Two cases recently issued by the Ontario Court of Appeal have found that insurers do not need to defend or indemnify homeowners or their children where the children are faced with bullying accusations.

The companion decisions of Unifund Assurance Company v. D.E. ("Unifund") and C.S. v. TD Home and Auto Insurance Company ("TD Home") overturned the trial court's decisions which found that an exclusion clause in the homeowners' policies was ambiguous, and therefore not applicable. Both decisions involved cases of under-age girls accused of bullying and harassing other children. The victims in these cases sued the children and their parents, alleging that the parents failed to take steps to prevent or remedy the continuous harassment of the victims. The parents argued that their insurer had a duty to defend and indemnify them under their homeowner insurance policies, which included liability coverage if their personal actions caused unintentional bodily injury.

In response, the insurers held that a standard exclusion clause applied.

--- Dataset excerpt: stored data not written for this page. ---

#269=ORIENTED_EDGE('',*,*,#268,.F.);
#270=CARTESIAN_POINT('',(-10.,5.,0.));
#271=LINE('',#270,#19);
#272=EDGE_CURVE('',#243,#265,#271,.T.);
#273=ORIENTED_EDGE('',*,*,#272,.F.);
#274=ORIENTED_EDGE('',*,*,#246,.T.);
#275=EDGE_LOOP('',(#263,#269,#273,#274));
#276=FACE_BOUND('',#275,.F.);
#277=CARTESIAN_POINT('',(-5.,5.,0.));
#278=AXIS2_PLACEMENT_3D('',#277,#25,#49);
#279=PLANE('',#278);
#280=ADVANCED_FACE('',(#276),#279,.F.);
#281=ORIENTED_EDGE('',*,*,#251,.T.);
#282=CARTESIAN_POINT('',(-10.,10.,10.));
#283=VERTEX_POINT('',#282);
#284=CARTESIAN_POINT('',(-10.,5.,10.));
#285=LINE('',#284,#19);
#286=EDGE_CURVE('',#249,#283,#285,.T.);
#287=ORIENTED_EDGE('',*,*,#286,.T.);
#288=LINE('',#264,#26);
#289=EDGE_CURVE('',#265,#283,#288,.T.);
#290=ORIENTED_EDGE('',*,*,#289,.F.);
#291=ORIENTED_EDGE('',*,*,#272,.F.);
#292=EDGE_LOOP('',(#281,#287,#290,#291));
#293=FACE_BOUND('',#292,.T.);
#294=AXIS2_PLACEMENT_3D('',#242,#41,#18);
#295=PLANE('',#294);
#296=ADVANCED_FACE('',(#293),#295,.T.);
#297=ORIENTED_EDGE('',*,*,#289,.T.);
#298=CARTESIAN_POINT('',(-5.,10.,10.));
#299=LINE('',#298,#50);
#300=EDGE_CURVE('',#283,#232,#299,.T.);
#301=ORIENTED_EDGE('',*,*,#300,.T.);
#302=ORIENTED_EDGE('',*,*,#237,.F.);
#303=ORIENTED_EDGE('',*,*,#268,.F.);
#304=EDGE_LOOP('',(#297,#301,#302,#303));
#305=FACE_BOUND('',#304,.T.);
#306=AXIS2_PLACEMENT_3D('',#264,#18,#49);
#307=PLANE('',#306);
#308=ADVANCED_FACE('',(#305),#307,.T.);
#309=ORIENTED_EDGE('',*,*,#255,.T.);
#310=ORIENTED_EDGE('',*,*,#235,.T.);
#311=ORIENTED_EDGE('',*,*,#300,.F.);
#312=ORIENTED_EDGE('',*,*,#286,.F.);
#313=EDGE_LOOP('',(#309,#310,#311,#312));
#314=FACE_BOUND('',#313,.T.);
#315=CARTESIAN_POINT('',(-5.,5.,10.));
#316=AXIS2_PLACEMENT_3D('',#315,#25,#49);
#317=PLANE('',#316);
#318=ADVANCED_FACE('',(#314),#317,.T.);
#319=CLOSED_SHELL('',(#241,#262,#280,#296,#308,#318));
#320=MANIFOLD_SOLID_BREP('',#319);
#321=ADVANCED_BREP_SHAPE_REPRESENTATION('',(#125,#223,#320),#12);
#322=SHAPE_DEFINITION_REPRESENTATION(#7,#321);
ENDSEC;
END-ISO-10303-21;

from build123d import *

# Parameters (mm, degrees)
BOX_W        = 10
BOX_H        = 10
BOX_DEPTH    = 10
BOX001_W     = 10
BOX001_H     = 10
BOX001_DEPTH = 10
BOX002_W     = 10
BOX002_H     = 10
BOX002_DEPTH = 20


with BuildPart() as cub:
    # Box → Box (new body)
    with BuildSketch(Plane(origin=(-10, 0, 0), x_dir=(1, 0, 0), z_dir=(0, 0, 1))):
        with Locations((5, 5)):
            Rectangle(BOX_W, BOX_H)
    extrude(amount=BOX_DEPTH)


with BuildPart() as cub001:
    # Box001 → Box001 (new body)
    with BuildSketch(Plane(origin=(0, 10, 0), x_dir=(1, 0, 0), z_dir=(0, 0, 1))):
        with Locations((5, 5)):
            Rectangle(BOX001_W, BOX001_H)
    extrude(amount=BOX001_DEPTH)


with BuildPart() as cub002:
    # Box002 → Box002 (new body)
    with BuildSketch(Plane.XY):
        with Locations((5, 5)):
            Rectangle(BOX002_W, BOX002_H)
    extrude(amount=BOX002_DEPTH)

Specifically, clause 7(b) denied coverage where the claim arose from the insured's failure "to take steps to prevent sexual, physical, psychological or emotional abuse" or harassment.

In Unifund, the trial Court found that, since clause 7(b) was silent on whether it applied to only intentional or unintentional failures to take steps to prevent harassment, the clause was ambiguous. As such, the Court interpreted the exclusion clause narrowly, finding that the clause was limited to intentional failures but not situations where the failure arose through negligence. The Court therefore held that the exclusion clause did not apply and the insurers had a duty to defend. The Court in TD Home adopted the same reasoning as the trial decision of Unifund.

On appeal of both decisions, the Court of Appeal rejected the argument that clause 7(b) was ambiguous. Rather, with respect to the claim against the parents, the Court of Appeal held that clause 7(b) was "clear on its face" and applied to claims of negligence. As such, the insurers were entitled to rely on the exclusion clause and deny coverage to the parents.

Unlike TD Home, the daughter in Unifund was not a party to the application or the appeal. In TD Home, the Court of Appeal also addressed the insurer's duty to defend the daughter. In that case, the Court of Appeal noted that the claims against the daughter were that she "verbally threated and physically assaulted" the victim at school, in the community, and via telecommunications. The Court of Appeal held that clause 6(b) applied, which denied coverage where the claim arose from an intentional act causing bodily injury. Therefore the insurer in TD Home did not have a duty to defend and indemnify the daughter.

The Court of Appeal's companion decisions certainly send a clear message that children and parents of children accused of bullying will not be able to rely on a homeowners' policy with similar exclusions in arguing their insurer has a duty to defend. Nevertheless, insurers would do well to review their policies and ensure their exclusion clauses leave little room to be interpreted ambiguously.